FileNotFoundError: [Errno 2] No such file or directory: 'ethnic-groups-by-borough.xls'

In [None]:
# looks good, but I need Jess to show me how to remove '.0' from 'Year' values.
ethnicity.head(n=10)

In [None]:
import sklearn
from sklearn.neighbors import NearestNeighbors
from sklearn.decomposition import PCA
from sklearn.preprocessing import MinMaxScaler, StandardScaler, RobustScaler, PowerTransformer
from sklearn.cluster import KMeans, DBSCAN, OPTICS

UMAP Analysis

In [None]:
from umap import UMAP

keep_dims=2
rs=42

u = UMAP(
    n_neighbors=25,
    min_dist=0.01,
    n_components=keep_dims,
    random_state=rs)

In [None]:
f,ax = plt.subplots(1,1,figsize=(12,14))
sns.scatterplot(x=ethnicity['White'], y=ethnicity['Year'], hue=ethnicity['Borough'], legend=True, ax=ax)

In [None]:
# Graphing by subregion so I am reorganizing 
# boroughs into groups based on georgraphy.
graphing = {}
for b in ['Barnet', 'Enfield', 'Haringey']:
    graphing[b]='North'
for b in ['Brent', 'Ealing', 'Hammersmith and Fulham',
          'Harrow', 'Hillingdon', 'Hounslow', 'Richmond upon Thames']:
    graphing[b]='West'
for b in ['Camden', 'Islington','Kensington and Chelsea', 'Lambeth', 'Southwark', 'Westminster']:
    graphing[b]='Central'
for b in ['Bromley','Croydon','Kingston upon Thames', 'Merton', 'Sutton', 'Wandsworth']:
    graphing[b]='South'
for b in ['Barking and Dagenham', 'Bexley', 'Greenwich', 'Hackney', 'Havering', 'Lewisham', 'Newham', 
          'Redbridge', 'Tower Hamlets', 'Waltham Forest']:
    graphing[b]='East'

ethnicity['Subregion'] = ethnicity.Borough.apply(lambda x: mapping[x])

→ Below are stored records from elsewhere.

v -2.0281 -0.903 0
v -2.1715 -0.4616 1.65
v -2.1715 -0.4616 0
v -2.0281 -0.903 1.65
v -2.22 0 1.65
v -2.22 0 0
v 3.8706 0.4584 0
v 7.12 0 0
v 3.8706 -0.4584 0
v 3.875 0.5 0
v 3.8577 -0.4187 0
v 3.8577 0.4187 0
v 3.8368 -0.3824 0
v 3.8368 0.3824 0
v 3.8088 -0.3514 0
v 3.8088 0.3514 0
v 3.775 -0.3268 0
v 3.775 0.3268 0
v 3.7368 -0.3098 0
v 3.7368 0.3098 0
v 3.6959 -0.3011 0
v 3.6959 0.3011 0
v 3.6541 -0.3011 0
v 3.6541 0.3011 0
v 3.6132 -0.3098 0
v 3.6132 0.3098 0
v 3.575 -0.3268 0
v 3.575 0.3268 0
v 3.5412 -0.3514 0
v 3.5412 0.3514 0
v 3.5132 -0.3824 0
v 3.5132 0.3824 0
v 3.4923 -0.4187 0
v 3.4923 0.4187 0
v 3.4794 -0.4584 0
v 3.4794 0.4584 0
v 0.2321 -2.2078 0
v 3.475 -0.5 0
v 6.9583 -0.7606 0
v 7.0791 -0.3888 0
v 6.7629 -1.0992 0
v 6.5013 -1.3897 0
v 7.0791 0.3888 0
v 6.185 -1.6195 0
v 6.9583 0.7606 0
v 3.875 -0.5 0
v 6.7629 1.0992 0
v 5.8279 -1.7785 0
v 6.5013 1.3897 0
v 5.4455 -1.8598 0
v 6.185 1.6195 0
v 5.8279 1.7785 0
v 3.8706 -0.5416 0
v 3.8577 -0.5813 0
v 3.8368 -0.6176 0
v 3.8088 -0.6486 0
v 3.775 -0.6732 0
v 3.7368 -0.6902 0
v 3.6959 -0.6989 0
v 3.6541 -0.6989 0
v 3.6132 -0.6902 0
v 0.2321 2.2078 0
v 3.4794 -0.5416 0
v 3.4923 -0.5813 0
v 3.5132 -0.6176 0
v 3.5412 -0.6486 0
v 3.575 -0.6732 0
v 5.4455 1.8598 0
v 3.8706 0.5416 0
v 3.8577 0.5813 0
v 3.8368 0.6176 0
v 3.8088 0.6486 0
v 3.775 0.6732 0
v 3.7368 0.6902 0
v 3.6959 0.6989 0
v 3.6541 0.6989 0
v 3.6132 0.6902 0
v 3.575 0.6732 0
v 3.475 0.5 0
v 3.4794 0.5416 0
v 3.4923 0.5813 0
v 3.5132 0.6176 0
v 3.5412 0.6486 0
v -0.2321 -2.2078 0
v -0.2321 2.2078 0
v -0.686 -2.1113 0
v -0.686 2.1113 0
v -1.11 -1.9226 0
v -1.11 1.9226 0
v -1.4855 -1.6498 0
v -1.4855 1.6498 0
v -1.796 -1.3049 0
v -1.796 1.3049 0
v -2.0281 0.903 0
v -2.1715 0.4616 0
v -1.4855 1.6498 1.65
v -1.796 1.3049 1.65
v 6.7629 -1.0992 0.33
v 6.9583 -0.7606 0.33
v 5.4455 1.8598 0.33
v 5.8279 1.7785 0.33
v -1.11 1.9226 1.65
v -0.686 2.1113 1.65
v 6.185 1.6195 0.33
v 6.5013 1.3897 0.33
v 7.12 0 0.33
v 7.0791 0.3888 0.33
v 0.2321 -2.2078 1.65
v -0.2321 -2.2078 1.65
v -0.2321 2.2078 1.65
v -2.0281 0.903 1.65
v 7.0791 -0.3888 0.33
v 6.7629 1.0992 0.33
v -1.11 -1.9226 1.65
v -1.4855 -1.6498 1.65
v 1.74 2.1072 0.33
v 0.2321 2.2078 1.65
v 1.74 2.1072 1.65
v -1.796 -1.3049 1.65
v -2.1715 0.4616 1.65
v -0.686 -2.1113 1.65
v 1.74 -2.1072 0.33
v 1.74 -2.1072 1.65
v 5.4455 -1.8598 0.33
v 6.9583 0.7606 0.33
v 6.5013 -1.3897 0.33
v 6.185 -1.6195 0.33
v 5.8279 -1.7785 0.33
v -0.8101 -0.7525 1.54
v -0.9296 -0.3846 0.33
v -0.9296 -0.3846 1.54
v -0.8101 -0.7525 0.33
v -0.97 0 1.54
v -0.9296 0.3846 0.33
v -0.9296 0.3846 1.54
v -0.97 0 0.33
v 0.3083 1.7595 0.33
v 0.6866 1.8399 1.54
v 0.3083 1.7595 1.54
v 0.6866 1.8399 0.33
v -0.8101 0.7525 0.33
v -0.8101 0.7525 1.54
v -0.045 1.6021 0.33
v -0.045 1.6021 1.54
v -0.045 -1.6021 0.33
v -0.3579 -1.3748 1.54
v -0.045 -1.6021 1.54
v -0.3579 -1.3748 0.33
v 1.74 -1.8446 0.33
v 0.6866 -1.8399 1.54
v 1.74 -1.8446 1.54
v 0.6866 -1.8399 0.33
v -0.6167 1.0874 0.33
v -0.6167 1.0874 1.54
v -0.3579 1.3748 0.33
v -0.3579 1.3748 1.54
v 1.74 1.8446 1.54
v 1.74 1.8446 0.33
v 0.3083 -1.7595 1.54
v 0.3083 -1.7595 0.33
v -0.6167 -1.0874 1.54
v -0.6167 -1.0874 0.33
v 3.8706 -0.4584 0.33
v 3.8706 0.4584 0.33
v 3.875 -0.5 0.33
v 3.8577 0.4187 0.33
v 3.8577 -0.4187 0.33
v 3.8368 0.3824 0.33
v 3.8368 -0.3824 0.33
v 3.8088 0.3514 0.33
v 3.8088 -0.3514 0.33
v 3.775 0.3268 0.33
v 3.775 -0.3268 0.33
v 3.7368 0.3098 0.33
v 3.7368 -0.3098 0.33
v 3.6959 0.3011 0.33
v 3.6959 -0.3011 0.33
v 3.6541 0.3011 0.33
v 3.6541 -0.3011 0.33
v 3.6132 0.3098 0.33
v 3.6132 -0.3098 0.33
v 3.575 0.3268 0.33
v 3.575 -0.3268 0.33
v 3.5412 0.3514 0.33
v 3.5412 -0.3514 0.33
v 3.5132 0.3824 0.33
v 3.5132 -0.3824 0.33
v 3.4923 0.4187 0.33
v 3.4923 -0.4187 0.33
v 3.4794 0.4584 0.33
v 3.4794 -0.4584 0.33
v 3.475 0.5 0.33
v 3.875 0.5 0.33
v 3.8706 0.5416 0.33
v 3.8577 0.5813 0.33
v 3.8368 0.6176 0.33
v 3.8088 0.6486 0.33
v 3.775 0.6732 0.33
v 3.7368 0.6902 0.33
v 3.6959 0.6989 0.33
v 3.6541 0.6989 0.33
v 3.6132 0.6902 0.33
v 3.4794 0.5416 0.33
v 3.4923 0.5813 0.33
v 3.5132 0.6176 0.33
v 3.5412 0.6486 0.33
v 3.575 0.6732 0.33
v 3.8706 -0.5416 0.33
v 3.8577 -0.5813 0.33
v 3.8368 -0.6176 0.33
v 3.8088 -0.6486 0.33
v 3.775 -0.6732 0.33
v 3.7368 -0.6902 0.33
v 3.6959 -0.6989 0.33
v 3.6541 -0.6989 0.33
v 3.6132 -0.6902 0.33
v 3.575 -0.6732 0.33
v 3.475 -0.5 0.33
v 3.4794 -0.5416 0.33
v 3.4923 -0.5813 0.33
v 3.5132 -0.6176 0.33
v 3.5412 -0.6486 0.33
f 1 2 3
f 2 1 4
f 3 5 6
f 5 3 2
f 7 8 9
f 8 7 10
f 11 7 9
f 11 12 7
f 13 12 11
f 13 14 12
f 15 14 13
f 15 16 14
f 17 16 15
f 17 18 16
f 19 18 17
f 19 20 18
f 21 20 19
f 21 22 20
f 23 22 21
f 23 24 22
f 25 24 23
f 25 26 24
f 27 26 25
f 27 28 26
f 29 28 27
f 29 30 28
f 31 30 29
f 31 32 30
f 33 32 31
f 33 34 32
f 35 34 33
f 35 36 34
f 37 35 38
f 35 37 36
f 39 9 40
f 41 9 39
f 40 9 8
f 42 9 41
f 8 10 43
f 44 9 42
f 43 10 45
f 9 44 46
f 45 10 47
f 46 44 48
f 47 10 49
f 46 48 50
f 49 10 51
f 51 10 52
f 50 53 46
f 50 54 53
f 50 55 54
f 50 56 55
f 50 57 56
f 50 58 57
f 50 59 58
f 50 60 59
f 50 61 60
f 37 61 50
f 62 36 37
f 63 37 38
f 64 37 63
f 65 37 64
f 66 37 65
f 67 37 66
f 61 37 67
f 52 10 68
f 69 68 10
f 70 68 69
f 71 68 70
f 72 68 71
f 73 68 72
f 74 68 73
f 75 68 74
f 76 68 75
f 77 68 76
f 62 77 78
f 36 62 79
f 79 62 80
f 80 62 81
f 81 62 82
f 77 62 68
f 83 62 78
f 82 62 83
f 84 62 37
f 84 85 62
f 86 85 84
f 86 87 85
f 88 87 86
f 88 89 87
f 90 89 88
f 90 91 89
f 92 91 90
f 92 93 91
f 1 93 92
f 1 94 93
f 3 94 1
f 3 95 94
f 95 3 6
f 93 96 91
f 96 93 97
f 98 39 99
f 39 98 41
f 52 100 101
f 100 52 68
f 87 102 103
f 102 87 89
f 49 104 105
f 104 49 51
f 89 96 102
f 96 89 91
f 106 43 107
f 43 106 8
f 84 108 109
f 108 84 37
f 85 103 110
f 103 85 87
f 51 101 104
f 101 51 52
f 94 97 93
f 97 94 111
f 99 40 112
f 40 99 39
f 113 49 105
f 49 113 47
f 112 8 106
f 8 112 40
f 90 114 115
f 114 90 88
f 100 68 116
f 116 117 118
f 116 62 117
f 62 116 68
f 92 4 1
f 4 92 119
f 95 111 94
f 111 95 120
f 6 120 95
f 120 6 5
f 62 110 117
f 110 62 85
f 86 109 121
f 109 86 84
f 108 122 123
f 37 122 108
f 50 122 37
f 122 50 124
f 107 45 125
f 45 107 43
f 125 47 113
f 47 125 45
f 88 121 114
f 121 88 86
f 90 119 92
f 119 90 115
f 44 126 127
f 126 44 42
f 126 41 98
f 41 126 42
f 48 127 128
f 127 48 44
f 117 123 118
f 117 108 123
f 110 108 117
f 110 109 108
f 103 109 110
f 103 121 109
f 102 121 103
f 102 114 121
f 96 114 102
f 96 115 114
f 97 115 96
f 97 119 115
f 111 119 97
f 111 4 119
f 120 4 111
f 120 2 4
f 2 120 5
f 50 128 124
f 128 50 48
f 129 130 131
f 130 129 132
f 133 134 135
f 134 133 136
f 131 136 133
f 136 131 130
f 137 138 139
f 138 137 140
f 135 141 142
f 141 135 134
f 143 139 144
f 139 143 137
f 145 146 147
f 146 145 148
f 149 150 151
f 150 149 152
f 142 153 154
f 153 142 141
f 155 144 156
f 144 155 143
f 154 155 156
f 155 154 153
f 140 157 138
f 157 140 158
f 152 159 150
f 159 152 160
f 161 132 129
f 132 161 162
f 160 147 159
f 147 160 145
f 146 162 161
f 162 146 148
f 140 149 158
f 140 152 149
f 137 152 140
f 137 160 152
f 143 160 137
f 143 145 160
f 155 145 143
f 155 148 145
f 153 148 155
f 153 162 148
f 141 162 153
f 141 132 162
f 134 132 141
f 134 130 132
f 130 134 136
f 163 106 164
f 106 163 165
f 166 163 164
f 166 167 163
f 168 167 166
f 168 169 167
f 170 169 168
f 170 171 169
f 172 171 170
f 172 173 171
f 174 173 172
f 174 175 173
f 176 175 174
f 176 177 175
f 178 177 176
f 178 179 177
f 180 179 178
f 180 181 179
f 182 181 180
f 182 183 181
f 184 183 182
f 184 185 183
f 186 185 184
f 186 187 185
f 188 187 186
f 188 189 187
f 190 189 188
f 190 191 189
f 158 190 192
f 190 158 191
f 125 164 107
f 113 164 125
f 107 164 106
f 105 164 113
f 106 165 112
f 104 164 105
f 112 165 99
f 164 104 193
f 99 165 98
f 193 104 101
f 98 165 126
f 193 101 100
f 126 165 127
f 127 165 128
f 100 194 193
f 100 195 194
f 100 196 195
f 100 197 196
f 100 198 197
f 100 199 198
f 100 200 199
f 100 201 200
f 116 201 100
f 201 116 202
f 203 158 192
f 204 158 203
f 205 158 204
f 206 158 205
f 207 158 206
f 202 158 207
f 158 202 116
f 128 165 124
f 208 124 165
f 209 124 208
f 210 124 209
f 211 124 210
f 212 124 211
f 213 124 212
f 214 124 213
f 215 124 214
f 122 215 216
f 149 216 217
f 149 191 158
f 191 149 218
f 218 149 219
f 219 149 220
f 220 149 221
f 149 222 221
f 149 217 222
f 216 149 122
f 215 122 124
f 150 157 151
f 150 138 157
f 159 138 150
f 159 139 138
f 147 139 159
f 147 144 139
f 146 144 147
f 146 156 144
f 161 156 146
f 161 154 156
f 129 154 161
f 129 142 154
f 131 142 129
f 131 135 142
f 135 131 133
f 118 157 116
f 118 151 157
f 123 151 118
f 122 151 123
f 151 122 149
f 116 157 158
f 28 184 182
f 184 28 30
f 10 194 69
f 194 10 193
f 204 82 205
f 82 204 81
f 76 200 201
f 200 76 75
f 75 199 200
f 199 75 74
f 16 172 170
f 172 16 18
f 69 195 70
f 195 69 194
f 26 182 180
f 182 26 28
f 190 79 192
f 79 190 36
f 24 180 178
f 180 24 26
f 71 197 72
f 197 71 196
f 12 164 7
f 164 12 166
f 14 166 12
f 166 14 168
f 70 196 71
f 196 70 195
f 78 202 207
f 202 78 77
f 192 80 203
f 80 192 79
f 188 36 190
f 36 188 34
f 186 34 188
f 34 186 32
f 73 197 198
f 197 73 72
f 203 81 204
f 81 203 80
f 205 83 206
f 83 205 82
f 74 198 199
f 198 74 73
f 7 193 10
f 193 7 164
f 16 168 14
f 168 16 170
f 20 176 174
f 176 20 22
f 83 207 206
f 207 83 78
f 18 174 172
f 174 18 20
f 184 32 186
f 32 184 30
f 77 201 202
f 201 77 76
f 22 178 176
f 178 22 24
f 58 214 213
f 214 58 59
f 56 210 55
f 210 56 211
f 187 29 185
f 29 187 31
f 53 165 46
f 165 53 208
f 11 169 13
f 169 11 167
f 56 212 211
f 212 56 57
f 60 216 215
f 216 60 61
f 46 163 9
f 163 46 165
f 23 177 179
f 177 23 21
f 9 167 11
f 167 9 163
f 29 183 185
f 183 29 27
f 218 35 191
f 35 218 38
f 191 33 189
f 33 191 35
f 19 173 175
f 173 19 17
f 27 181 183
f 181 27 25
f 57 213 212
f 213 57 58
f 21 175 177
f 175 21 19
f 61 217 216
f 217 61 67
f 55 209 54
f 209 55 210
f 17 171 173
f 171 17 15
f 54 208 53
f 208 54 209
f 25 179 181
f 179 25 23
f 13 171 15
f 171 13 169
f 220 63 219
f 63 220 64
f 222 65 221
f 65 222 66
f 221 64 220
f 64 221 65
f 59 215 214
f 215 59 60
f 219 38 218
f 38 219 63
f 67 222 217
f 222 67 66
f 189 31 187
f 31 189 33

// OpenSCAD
// Measures of the telecommand in centimeters.
R1 = 3.4/2;         // Small top radius.
R2 = 3.7/2;         // Big bottom radius.
L  = 8;             // Total length (includes radius).
H  = 1.1;           // Total height.
W = L - R1 - R2;    // Width without the top and bottom circles.

// Measures of the carrier in centimeters.
H_CARRIER = 1.5 * H;                // Total height.
L_CARRIER = 1.1 * L ;               // Total length (includes radius).
R1_CARRIER = R1 + R1/10;            // Top radius.
R2_CARRIER = R2 + R2/5;             // Bottom radius.
W_CARRIER = L_CARRIER - R1 - R2;    // Width without the top and bottom circles.
L_OFFSET = L_CARRIER / 10;          // Offset for the hole (x-axis).
H_OFFSET = 0.20 * H_CARRIER;        // Offset for the hole (z-axis).
L_LEGS = 0.45 * L_CARRIER;          // Size of the front side.
R_SCREWS = 0.2;                     // Size of the hole for the screws.
SCREW_Y_OFFSET = 0.5;               // Offset for the screws hole (y_axis).

$fn=30;

module Base2dShape(top_radius, bottom_radius, length) {
    hull() {
        circle(bottom_radius);
        translate([length, 0, 0]) circle(top_radius);
    }
}

module telecommand(top_radius=R1, bottom_radius=R2, width=W, height=H) {
    linear_extrude(height) Base2dShape(top_radius, bottom_radius, width);
}

module carrier() {
    max_radius = max(R1_CARRIER, R2_CARRIER);
    legs_offset = L_LEGS - R2_CARRIER;
    difference() {
        linear_extrude(H_CARRIER) Base2dShape(R1_CARRIER, R2_CARRIER, W_CARRIER);
        translate([L_OFFSET, 0, H_OFFSET]) telecommand(1.1 * R1, R2, W, 1.1*H);  // Remove slightly bigger telecommand.
        translate([legs_offset, -max_radius, H_OFFSET]) cube([L_CARRIER, 2 * max_radius, H_CARRIER]);  // Make legs.
        translate([0.7 * W_CARRIER, SCREW_Y_OFFSET, -0.1 * H_CARRIER]) cylinder(2 * H_OFFSET, r=R_SCREWS);  // Left screw.
        translate([0.7 * W_CARRIER, -SCREW_Y_OFFSET, -0.1 * H_CARRIER]) cylinder(2 * H_OFFSET, r=R_SCREWS);  // Right screw.
    }
}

ethnicity['White'] = pd.to_numeric(ethnicity['White'])
ethnicity['White'] = ethnicity['White'].astype(int)

In [None]:
# Keywords
kwds = dict(s=7,alpha=0.95,edgecolor="none")
# Subregion hues
sr_hue = ['North', 'West', 'Central', 'South', 'East']

In [None]:
g = sns.jointplot(data=ethnicity, x='Year', y='White', height=6, 
                  hue='Subregion', hue_order=sr_hue, joint_kws=kwds)
g.ax_joint.legend(loc='upper right', prop={'size': 8});

In [None]:
for e in ethnicity.Subregion.unique():
    g = sns.jointplot(data=ethnicity[ethnicity.Subregion==e], x='Year', y='White', 
                  hue='Borough', joint_kws=kwds)
    g.ax_joint.legend(loc='upper right', prop={'size': 6.5});
    g.ax_joint.set_ylim(0,350000) # allows legible legend to fit
    g.ax_joint.set_xlim(2011,2021)
    plt.suptitle(e)

In [None]:
from scipy import stats
df_types = ethnicity.dtypes
print(df_types)

ethnicity['Asian'] = pd.to_numeric(ethnicity['Asian'])
ethnicity['Asian'] = ethnicity['Asian'].astype(int)
ethnicity['Black'] = pd.to_numeric(ethnicity['Black'])
ethinicity['Black'] = ethnicity['Black'].astype(int)
ethnicity['Mixed/Other'] = pd.to_numeric(ethnicity['Mixed/Other'])
ethinicity['Mixed/Other'] = ethnicity['Mixed/Other'].astype(int)
    
ethnicity[['Asian', 'Black', 'Mixed/Other']] = ethnicity[['Asian', 'Black', 'Mixed/Other']].astype(str).astype(int)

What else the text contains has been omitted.